Extracted data entries:
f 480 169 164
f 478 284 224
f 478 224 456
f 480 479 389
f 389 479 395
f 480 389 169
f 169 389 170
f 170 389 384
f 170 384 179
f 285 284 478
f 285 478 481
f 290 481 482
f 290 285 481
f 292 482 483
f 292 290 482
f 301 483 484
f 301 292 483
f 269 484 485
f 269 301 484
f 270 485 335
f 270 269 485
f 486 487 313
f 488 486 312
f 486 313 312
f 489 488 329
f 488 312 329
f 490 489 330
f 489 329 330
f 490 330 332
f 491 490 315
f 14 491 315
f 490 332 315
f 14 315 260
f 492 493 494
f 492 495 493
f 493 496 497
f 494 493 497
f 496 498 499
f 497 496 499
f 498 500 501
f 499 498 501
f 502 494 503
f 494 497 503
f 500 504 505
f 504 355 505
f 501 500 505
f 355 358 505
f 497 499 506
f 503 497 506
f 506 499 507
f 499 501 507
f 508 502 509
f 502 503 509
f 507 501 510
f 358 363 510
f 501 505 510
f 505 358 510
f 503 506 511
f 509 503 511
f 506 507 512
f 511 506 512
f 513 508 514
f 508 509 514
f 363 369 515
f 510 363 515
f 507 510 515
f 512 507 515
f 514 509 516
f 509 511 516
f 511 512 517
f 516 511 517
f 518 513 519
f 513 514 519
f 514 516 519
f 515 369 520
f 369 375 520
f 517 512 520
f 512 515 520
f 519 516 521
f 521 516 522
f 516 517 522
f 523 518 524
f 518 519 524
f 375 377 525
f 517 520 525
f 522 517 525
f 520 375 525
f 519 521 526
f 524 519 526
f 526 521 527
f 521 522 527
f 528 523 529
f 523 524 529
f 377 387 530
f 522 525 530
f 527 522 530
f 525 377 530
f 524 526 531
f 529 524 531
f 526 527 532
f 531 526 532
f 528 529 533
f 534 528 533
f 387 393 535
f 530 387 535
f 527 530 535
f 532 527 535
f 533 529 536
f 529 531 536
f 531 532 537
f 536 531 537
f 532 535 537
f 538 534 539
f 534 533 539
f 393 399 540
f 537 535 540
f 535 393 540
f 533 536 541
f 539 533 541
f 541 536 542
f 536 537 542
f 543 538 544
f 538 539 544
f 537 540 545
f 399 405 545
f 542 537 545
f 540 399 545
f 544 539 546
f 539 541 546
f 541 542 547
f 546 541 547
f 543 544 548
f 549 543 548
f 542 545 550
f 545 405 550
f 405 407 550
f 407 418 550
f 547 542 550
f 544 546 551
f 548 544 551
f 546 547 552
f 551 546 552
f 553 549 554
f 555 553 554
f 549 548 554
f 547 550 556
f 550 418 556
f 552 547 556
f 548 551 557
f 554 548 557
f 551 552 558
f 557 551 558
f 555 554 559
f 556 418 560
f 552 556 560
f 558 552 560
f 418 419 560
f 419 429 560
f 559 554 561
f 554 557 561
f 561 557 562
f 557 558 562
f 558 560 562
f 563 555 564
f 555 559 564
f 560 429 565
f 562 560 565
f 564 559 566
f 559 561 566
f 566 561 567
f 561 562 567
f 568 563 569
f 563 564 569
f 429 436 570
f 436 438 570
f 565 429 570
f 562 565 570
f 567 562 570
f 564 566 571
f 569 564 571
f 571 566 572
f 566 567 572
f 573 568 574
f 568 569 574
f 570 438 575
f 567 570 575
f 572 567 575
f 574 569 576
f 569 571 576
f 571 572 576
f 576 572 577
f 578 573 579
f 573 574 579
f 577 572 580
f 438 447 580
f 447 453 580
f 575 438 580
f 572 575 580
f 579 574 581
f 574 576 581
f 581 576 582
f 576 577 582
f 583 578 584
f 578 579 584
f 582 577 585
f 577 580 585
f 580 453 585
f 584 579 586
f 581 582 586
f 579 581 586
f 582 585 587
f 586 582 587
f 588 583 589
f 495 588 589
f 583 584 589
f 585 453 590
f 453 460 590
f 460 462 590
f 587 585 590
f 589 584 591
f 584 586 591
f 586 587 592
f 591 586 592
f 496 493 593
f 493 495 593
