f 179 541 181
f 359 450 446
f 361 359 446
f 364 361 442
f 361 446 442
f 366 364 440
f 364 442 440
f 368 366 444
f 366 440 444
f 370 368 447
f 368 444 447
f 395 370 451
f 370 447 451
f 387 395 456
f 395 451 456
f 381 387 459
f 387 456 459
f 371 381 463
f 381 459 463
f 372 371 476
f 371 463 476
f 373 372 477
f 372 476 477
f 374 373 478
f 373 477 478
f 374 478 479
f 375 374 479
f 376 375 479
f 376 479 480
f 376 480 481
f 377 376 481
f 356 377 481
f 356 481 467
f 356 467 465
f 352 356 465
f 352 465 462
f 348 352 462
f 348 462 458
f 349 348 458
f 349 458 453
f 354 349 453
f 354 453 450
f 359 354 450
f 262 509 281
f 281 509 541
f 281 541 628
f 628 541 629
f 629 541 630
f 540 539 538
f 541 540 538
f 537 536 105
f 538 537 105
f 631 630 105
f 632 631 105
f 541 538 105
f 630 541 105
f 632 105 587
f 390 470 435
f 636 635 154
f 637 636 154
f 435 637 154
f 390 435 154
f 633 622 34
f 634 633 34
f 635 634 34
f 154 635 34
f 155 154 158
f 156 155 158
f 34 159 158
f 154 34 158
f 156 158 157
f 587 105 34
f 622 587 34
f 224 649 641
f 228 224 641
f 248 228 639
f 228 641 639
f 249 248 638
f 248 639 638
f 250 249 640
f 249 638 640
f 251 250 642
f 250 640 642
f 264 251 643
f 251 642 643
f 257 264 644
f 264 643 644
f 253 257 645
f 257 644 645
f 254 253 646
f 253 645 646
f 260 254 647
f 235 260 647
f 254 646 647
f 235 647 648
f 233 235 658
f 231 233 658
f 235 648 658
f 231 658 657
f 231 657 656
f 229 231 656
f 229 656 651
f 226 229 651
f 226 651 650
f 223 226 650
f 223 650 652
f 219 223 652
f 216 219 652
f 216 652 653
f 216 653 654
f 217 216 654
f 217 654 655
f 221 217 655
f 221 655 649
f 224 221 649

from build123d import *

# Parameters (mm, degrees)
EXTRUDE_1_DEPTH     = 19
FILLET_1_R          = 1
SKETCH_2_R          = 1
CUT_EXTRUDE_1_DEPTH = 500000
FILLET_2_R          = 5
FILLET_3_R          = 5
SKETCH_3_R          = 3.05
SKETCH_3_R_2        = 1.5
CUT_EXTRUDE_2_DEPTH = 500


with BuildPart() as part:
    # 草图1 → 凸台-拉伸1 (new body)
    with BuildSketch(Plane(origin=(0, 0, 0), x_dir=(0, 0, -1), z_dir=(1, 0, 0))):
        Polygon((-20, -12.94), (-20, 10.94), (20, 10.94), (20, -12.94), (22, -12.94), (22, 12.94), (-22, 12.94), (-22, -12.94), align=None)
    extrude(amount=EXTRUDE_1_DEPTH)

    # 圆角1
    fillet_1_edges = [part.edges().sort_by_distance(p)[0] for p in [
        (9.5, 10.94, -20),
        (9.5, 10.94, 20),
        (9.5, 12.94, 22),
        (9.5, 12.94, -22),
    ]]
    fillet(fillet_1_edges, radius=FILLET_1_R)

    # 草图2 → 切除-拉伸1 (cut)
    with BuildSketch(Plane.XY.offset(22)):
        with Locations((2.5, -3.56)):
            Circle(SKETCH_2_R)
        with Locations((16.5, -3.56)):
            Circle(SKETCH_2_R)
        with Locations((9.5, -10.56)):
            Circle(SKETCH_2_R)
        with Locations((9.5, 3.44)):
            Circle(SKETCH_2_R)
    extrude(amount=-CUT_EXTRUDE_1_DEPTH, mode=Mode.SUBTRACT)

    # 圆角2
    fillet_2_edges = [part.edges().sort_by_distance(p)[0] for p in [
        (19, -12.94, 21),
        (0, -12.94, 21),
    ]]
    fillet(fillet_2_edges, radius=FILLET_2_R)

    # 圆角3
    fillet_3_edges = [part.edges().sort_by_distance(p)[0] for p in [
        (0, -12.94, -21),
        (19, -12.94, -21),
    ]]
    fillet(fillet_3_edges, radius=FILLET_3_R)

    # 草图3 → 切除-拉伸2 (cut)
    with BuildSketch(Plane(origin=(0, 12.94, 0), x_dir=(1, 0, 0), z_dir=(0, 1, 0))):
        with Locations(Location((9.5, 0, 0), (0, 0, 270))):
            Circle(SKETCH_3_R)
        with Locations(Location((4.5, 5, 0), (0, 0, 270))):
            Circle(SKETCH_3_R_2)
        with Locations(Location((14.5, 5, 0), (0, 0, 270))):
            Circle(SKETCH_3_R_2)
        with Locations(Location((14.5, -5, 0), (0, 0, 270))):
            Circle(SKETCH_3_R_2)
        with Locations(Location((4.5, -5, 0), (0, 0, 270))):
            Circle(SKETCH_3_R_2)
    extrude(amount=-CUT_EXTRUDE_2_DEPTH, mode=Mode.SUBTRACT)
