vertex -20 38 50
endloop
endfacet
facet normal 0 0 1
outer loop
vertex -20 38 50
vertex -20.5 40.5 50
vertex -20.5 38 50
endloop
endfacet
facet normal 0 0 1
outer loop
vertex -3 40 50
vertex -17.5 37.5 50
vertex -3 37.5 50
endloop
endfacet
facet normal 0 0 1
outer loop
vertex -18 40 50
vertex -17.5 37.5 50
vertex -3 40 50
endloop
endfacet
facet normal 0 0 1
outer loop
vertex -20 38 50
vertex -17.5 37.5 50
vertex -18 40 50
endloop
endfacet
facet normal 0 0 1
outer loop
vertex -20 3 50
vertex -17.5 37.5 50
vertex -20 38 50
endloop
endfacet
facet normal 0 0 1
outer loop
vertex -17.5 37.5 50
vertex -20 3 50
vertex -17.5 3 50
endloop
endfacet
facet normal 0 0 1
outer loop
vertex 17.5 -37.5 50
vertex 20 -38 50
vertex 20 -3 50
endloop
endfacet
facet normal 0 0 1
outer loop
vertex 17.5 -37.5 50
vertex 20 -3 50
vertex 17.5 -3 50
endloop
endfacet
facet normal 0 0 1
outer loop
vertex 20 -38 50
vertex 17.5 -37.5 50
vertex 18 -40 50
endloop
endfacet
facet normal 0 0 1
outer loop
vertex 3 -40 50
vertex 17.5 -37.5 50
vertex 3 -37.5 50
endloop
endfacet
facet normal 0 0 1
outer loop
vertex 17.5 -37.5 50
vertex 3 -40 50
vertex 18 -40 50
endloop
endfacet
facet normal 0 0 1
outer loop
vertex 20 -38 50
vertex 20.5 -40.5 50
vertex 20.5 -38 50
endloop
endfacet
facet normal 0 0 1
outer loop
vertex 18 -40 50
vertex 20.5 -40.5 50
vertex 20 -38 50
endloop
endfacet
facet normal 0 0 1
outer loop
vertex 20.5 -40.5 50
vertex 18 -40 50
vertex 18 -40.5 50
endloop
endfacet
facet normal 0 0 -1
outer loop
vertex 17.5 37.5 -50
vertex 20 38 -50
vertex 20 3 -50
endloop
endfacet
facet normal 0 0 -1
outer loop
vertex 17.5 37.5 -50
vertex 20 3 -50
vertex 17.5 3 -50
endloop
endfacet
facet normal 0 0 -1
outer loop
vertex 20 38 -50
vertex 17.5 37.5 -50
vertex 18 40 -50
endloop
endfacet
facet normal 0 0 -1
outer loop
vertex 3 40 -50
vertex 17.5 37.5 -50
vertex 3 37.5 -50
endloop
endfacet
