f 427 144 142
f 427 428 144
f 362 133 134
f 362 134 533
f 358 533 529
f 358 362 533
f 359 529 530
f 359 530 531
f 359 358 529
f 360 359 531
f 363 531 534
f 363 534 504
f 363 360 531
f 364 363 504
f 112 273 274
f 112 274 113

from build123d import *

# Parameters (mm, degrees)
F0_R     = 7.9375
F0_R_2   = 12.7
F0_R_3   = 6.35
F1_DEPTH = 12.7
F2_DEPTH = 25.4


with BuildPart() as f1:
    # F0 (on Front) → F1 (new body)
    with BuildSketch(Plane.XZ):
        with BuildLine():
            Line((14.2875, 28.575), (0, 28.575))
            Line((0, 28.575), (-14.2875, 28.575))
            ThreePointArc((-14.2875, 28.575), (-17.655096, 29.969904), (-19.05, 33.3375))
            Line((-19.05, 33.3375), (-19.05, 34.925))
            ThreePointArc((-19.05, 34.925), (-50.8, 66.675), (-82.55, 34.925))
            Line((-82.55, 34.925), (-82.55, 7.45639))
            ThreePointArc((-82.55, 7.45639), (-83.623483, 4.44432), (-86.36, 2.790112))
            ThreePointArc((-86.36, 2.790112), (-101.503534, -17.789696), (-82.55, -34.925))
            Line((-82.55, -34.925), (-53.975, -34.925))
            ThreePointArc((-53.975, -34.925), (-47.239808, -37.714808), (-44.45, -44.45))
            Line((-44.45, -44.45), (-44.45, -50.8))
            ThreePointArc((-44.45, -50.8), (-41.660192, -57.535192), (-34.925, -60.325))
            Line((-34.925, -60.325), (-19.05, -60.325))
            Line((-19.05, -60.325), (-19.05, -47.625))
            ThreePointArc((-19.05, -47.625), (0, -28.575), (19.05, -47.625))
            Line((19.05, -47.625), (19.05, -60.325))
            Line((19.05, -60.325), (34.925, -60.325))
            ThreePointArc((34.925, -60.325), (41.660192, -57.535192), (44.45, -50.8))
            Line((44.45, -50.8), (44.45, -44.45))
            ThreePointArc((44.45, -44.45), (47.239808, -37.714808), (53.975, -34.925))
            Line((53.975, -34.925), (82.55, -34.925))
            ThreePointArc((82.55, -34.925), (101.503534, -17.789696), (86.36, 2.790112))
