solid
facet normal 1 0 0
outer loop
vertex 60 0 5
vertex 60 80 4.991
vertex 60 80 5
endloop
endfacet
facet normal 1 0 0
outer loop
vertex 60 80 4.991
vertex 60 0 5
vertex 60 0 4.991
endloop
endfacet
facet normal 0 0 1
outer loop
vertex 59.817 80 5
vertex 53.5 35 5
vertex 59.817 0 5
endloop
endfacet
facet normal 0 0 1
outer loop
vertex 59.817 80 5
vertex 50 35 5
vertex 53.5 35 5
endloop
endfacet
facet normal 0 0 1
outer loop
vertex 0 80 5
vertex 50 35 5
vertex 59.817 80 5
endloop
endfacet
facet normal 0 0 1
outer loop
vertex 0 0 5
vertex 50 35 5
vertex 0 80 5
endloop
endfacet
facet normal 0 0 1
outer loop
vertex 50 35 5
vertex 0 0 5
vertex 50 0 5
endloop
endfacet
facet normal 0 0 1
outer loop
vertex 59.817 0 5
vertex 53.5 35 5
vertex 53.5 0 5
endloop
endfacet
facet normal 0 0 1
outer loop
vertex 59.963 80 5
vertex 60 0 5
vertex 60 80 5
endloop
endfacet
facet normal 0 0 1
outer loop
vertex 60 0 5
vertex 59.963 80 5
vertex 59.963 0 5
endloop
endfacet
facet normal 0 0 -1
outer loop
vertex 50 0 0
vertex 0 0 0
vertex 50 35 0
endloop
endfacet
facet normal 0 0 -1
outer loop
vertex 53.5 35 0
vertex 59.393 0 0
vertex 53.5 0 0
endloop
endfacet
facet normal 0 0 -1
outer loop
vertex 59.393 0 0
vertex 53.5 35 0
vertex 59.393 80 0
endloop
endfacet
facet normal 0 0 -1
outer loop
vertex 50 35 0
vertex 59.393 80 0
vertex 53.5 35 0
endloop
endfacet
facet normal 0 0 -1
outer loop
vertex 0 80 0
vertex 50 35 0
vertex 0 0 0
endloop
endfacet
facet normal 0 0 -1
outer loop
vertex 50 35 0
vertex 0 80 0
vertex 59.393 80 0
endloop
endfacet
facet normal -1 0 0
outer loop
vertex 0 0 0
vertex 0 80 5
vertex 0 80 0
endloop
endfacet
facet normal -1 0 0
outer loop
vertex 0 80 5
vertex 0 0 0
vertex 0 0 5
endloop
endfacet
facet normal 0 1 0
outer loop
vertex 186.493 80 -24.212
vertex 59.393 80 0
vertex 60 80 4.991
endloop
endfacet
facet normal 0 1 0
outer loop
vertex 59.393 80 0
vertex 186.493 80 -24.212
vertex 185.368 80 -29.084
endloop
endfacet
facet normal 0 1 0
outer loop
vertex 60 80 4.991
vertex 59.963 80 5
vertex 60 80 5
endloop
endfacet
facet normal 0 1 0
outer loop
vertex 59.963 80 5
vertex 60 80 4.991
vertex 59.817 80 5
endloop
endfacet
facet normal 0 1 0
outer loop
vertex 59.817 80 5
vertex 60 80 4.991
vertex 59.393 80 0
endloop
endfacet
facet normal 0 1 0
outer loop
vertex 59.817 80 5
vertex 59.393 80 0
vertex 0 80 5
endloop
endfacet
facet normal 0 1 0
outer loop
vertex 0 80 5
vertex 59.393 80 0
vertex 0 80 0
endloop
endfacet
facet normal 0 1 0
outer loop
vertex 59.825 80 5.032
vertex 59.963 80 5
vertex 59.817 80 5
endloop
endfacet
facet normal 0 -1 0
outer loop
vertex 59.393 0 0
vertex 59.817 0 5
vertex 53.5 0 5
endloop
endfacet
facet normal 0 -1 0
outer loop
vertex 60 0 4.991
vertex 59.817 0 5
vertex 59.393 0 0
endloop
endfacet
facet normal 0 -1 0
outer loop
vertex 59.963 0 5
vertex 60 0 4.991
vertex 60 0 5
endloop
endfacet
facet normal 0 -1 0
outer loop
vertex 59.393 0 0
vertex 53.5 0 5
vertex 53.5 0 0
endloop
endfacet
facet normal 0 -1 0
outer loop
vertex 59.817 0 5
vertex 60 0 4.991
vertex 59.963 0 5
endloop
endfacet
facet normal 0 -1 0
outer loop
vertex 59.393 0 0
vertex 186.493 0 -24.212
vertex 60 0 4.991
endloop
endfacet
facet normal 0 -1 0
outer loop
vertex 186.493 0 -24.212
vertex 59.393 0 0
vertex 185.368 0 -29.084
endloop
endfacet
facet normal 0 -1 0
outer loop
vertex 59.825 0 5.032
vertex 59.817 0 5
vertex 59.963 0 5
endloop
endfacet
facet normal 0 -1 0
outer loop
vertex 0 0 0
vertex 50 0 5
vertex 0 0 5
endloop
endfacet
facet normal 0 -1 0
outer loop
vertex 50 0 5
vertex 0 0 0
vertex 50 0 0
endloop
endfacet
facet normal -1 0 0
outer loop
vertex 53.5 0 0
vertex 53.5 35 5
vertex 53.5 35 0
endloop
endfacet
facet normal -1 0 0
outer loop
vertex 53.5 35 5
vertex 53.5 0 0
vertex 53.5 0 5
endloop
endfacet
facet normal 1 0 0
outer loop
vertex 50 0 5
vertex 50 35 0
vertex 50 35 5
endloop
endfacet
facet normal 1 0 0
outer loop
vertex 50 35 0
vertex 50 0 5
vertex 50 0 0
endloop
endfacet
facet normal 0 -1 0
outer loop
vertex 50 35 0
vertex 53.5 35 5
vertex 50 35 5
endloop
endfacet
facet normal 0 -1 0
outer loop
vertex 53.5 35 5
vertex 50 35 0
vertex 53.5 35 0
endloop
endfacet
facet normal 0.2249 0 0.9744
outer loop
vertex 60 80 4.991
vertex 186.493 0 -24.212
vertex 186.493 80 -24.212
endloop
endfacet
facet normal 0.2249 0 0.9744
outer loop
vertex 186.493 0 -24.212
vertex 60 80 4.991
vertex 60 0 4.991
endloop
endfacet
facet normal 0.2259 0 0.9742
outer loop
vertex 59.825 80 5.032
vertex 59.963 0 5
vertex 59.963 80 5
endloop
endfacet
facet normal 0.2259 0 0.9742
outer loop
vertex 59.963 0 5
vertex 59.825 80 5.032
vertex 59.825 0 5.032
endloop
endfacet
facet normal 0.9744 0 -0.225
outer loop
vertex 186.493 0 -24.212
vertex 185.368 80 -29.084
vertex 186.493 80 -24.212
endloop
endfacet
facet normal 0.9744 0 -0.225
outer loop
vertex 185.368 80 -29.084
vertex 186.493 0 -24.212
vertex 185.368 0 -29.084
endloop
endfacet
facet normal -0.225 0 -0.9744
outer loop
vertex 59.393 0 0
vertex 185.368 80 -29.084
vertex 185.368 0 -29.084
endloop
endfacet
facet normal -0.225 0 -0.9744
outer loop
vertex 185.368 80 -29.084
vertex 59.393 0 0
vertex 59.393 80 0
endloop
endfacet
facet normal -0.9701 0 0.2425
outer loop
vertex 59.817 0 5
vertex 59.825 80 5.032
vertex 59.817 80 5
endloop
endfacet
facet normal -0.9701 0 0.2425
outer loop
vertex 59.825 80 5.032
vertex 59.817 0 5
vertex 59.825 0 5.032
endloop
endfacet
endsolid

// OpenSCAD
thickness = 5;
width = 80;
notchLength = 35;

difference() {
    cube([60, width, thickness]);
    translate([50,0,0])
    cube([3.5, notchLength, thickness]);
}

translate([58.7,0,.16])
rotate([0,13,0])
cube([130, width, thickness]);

TASK DESCRIPTION: Return each line from the records that includes the word "Locations".

TASK RESPONSE:
        with Locations((2.5, -3.56)):
        with Locations((16.5, -3.56)):
        with Locations((9.5, -10.56)):
        with Locations((9.5, 3.44)):
        with Locations(Location((9.5, 0, 0), (0, 0, 270))):
        with Locations(Location((4.5, 5, 0), (0, 0, 270))):
        with Locations(Location((14.5, 5, 0), (0, 0, 270))):
        with Locations(Location((14.5, -5, 0), (0, 0, 270))):
        with Locations(Location((4.5, -5, 0), (0, 0, 270))):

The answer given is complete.